**Data provided**.
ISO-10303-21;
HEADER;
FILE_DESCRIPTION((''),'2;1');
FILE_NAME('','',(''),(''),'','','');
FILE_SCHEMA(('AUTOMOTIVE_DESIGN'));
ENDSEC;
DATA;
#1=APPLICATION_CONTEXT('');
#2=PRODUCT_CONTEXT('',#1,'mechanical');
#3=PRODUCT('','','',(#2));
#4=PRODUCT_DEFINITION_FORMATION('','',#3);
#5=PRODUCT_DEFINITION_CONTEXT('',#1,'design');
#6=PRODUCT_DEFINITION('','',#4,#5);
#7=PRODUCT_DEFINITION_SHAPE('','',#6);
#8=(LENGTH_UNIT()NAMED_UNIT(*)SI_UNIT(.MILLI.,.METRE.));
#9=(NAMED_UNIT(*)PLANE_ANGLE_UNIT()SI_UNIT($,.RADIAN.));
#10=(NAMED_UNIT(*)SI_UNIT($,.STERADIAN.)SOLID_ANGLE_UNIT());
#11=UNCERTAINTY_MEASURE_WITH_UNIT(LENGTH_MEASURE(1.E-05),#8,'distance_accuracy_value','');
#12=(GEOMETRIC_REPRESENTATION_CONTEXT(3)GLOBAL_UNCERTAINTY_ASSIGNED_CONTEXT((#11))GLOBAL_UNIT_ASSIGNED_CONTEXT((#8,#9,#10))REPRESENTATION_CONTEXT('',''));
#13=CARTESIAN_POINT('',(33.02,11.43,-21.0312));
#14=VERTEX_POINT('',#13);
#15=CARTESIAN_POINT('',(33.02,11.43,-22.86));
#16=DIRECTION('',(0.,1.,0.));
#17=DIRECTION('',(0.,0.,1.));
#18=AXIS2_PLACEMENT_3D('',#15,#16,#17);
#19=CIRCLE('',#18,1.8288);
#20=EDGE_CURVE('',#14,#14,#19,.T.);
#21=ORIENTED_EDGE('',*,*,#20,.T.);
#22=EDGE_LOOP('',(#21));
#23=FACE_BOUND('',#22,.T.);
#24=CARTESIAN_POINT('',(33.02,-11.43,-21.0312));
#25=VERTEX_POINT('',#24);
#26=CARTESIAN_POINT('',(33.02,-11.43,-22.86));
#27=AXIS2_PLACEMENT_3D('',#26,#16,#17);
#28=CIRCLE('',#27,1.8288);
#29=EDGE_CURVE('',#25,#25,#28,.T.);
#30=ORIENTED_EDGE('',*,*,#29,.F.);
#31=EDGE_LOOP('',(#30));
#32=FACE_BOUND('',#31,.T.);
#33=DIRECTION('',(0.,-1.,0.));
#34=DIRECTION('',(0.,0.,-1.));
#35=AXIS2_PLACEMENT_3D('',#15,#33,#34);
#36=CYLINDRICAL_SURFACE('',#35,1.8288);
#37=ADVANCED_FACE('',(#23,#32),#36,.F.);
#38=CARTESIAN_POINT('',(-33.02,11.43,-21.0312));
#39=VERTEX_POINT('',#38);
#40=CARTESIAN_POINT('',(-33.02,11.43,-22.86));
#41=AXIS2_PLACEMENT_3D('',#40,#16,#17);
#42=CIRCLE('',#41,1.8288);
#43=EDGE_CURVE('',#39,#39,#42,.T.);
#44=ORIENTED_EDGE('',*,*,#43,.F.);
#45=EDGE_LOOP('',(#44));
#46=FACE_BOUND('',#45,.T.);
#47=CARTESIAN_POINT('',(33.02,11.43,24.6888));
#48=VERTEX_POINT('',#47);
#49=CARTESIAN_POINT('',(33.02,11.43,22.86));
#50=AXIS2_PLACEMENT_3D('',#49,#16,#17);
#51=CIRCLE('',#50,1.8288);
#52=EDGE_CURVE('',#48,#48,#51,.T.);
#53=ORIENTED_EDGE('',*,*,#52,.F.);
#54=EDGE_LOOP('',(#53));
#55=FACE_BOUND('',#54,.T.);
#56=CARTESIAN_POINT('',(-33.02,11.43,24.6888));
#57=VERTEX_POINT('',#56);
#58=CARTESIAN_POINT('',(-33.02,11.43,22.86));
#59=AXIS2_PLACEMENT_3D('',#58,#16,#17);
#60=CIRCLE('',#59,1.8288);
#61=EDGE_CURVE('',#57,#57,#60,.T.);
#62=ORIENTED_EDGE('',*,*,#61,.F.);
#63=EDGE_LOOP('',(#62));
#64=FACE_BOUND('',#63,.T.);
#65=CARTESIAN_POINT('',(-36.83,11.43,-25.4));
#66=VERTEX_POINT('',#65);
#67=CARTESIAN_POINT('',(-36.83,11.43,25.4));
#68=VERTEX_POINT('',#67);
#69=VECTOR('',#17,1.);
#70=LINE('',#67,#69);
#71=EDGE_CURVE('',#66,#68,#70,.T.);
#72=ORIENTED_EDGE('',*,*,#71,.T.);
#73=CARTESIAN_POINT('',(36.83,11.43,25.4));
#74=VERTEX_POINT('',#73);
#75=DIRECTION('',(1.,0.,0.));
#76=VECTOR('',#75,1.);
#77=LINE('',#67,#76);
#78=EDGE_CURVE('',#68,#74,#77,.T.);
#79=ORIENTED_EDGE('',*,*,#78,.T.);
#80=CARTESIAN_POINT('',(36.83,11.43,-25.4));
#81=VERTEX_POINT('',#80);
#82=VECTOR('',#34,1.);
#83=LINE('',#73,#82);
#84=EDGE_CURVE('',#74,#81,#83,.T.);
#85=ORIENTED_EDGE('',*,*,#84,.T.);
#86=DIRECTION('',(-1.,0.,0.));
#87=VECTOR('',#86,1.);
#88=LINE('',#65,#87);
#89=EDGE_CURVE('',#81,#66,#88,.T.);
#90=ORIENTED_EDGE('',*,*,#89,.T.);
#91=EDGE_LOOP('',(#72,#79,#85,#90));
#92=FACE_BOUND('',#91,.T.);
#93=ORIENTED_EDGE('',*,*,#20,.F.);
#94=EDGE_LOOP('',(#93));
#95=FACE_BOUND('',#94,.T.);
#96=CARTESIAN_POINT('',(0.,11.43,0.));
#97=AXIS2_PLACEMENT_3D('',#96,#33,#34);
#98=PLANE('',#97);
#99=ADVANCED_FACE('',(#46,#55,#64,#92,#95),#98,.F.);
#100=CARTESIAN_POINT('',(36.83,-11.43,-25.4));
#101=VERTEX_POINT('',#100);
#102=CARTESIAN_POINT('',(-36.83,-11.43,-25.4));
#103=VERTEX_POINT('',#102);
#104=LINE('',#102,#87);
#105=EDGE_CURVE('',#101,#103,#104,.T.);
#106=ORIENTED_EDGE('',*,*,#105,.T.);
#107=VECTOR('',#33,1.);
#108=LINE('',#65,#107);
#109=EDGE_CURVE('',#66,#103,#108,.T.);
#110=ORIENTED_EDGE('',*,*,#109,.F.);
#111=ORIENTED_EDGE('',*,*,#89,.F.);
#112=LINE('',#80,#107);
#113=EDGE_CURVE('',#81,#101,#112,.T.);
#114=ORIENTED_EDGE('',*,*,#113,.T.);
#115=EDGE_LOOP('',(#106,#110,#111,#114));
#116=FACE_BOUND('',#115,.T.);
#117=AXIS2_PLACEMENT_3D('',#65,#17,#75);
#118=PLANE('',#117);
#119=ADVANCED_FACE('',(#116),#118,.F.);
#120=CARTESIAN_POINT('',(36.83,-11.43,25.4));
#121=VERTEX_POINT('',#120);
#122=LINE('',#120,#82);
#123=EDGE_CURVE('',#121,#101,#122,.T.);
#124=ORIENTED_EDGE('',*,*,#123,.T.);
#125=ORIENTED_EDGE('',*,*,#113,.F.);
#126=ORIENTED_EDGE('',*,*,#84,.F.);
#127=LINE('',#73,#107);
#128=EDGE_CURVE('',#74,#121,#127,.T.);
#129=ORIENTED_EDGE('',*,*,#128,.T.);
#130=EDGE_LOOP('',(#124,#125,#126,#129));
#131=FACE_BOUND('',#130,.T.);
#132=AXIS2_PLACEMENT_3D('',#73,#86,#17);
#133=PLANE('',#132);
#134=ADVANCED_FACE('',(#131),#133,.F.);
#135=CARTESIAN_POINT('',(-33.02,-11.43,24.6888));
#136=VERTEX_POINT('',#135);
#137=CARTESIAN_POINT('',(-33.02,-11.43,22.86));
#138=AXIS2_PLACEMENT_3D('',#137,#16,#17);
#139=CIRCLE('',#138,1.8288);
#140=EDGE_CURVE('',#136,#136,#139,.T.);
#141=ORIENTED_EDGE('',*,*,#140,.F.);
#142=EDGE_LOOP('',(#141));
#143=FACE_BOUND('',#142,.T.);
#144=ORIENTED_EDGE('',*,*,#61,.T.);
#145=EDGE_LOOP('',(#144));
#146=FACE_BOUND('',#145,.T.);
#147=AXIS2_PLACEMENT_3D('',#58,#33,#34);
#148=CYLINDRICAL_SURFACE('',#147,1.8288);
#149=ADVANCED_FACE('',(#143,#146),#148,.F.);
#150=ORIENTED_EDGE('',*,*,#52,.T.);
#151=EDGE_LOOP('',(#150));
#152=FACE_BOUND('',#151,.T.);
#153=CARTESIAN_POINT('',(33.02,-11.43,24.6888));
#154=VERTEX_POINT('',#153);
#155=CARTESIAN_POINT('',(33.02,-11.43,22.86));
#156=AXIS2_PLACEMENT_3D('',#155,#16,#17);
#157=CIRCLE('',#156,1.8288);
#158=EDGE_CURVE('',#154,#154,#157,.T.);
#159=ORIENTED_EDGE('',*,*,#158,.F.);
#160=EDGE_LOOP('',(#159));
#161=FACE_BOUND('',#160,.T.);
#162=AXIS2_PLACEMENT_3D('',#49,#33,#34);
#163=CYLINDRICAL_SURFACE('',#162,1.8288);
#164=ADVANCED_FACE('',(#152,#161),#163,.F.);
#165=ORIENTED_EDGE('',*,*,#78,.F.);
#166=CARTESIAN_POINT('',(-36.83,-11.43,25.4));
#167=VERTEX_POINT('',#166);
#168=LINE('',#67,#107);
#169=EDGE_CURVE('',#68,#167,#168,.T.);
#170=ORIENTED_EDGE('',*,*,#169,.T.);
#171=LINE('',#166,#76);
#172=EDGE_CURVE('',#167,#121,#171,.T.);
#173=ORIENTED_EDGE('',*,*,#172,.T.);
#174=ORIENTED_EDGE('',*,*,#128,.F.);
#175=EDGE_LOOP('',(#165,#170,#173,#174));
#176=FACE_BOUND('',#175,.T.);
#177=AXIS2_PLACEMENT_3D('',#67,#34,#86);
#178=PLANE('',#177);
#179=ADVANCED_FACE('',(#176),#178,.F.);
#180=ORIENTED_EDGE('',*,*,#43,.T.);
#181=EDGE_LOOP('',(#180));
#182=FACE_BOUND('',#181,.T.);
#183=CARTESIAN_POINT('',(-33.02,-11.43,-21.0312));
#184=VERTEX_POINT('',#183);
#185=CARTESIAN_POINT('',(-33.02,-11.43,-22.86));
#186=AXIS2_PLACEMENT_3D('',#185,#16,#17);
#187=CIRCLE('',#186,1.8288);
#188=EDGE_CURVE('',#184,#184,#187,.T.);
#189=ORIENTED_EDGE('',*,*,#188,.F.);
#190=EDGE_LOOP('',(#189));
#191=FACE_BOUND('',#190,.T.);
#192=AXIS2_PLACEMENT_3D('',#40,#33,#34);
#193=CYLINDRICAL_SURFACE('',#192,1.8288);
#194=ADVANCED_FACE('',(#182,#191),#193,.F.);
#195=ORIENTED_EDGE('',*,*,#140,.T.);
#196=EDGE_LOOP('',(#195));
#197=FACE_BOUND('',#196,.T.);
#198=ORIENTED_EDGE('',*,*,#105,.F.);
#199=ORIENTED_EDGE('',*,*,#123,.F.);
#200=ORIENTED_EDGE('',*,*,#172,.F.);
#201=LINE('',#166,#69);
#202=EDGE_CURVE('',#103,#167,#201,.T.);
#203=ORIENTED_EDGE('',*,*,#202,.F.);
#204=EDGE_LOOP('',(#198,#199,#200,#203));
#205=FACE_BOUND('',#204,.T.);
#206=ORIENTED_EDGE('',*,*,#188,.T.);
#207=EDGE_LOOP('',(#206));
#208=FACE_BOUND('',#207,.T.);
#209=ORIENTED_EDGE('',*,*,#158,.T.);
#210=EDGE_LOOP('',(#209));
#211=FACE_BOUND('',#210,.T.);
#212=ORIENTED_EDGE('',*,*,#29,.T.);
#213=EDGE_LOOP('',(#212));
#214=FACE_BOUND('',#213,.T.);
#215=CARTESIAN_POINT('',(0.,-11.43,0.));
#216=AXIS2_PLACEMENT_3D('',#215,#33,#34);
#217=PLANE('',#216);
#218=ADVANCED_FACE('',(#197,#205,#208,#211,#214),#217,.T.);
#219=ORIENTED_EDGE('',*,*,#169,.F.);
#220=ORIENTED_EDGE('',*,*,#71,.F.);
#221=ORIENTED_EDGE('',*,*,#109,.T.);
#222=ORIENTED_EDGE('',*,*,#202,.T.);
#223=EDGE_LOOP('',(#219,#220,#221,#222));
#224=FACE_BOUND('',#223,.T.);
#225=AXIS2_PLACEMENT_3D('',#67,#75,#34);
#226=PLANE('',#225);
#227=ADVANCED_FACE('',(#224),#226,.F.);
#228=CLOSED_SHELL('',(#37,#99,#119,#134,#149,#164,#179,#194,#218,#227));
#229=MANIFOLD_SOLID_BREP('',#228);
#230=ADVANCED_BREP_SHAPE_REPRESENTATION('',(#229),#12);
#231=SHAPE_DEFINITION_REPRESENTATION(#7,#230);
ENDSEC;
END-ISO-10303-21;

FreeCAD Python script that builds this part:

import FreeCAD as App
import Part
import Sketcher
Q = App.Units.Quantity


def add_polygon(sketch, points):
    """Adds a closed chain of lines whose ends are joined by coincident constraints."""
    first, n = sketch.GeometryCount, len(points)
    for a, b in zip(points, points[1:] + points[:1]):
        sketch.addGeometry(Part.LineSegment(App.Vector(*a, 0), App.Vector(*b, 0)), False)
    for i in range(n):
        sketch.addConstraint(Sketcher.Constraint("Coincident", first + i, 2, first + (i + 1) % n, 1))

doc = App.newDocument("Part")
body = doc.addObject("PartDesign::Body", "Body")

# Sketch on XZ plane
sketch1 = doc.addObject("Sketcher::SketchObject", "Sketch")
body.addObject(sketch1)
sketch1.AttachmentSupport = (doc.XZ_Plane, [""])
sketch1.MapMode = "FlatFace"
add_polygon(sketch1, [(-36.8, -25.4), (-36.8, 25.4), (36.8, 25.4), (36.8, -25.4)])  # lines 0-3
sketch1.addGeometry(Part.Circle(App.Vector(-33, 22.9, 0), App.Vector(0, 0, 1), 1.8), False)  # 4
sketch1.addGeometry(Part.Circle(App.Vector(33, 22.9, 0), App.Vector(0, 0, 1), 1.8), False)  # 5
sketch1.addGeometry(Part.Circle(App.Vector(-33, -22.9, 0), App.Vector(0, 0, 1), 1.8), False)  # 6
sketch1.addGeometry(Part.Circle(App.Vector(33, -22.9, 0), App.Vector(0, 0, 1), 1.8), False)  # 7
sketch1.addConstraint(Sketcher.Constraint("Vertical", 0))
sketch1.addConstraint(Sketcher.Constraint("Horizontal", 1))
sketch1.addConstraint(Sketcher.Constraint("Vertical", 2))
sketch1.addConstraint(Sketcher.Constraint("Horizontal", 3))
sketch1.addConstraint(Sketcher.Constraint("Equal", 4, 5))
sketch1.addConstraint(Sketcher.Constraint("Equal", 5, 6))
sketch1.addConstraint(Sketcher.Constraint("Equal", 6, 7))
sketch1.addConstraint(Sketcher.Constraint("Symmetric", 5, 3, 6, 3, -1, 1))
sketch1.addConstraint(Sketcher.Constraint("Symmetric", 4, 3, 7, 3, -1, 1))
sketch1.addConstraint(Sketcher.Constraint("Symmetric", 0, 2, 2, 2, -1, 1))
sketch1.addConstraint(Sketcher.Constraint("Symmetric", 4, 3, 5, 3, -2))
sketch1.addConstraint(Sketcher.Constraint("DistanceY", 0, 1, 0, 2, Q("2 in")))
sketch1.addConstraint(Sketcher.Constraint("Diameter", 4, Q("0.144 in")))
sketch1.addConstraint(Sketcher.Constraint("DistanceX", 1, 1, 1, 2, Q("2.9 in")))
sketch1.addConstraint(Sketcher.Constraint("DistanceX", 4, 3, -1, 1, Q("1.3 in")))
sketch1.addConstraint(Sketcher.Constraint("DistanceY", -1, 1, 4, 3, Q("0.9 in")))
pad1 = doc.addObject("PartDesign::Pad", "Pad")
body.addObject(pad1)
pad1.Profile = sketch1
pad1.Length = Q("0.9 in")
pad1.Midplane = True

doc.recompute()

**Task details**. All that should be written out is the stretch of lines above between the one holding "#199=ORIENTED_EDGE('',*,*,#123,.F.);" and the one holding "#211=FACE_BOUND('',#210,.T.);", inclusive, exactly as given.

**Written reply**.
#199=ORIENTED_EDGE('',*,*,#123,.F.);
#200=ORIENTED_EDGE('',*,*,#172,.F.);
#201=LINE('',#166,#69);
#202=EDGE_CURVE('',#103,#167,#201,.T.);
#203=ORIENTED_EDGE('',*,*,#202,.F.);
#204=EDGE_LOOP('',(#198,#199,#200,#203));
#205=FACE_BOUND('',#204,.T.);
#206=ORIENTED_EDGE('',*,*,#188,.T.);
#207=EDGE_LOOP('',(#206));
#208=FACE_BOUND('',#207,.T.);
#209=ORIENTED_EDGE('',*,*,#158,.T.);
#210=EDGE_LOOP('',(#209));
#211=FACE_BOUND('',#210,.T.);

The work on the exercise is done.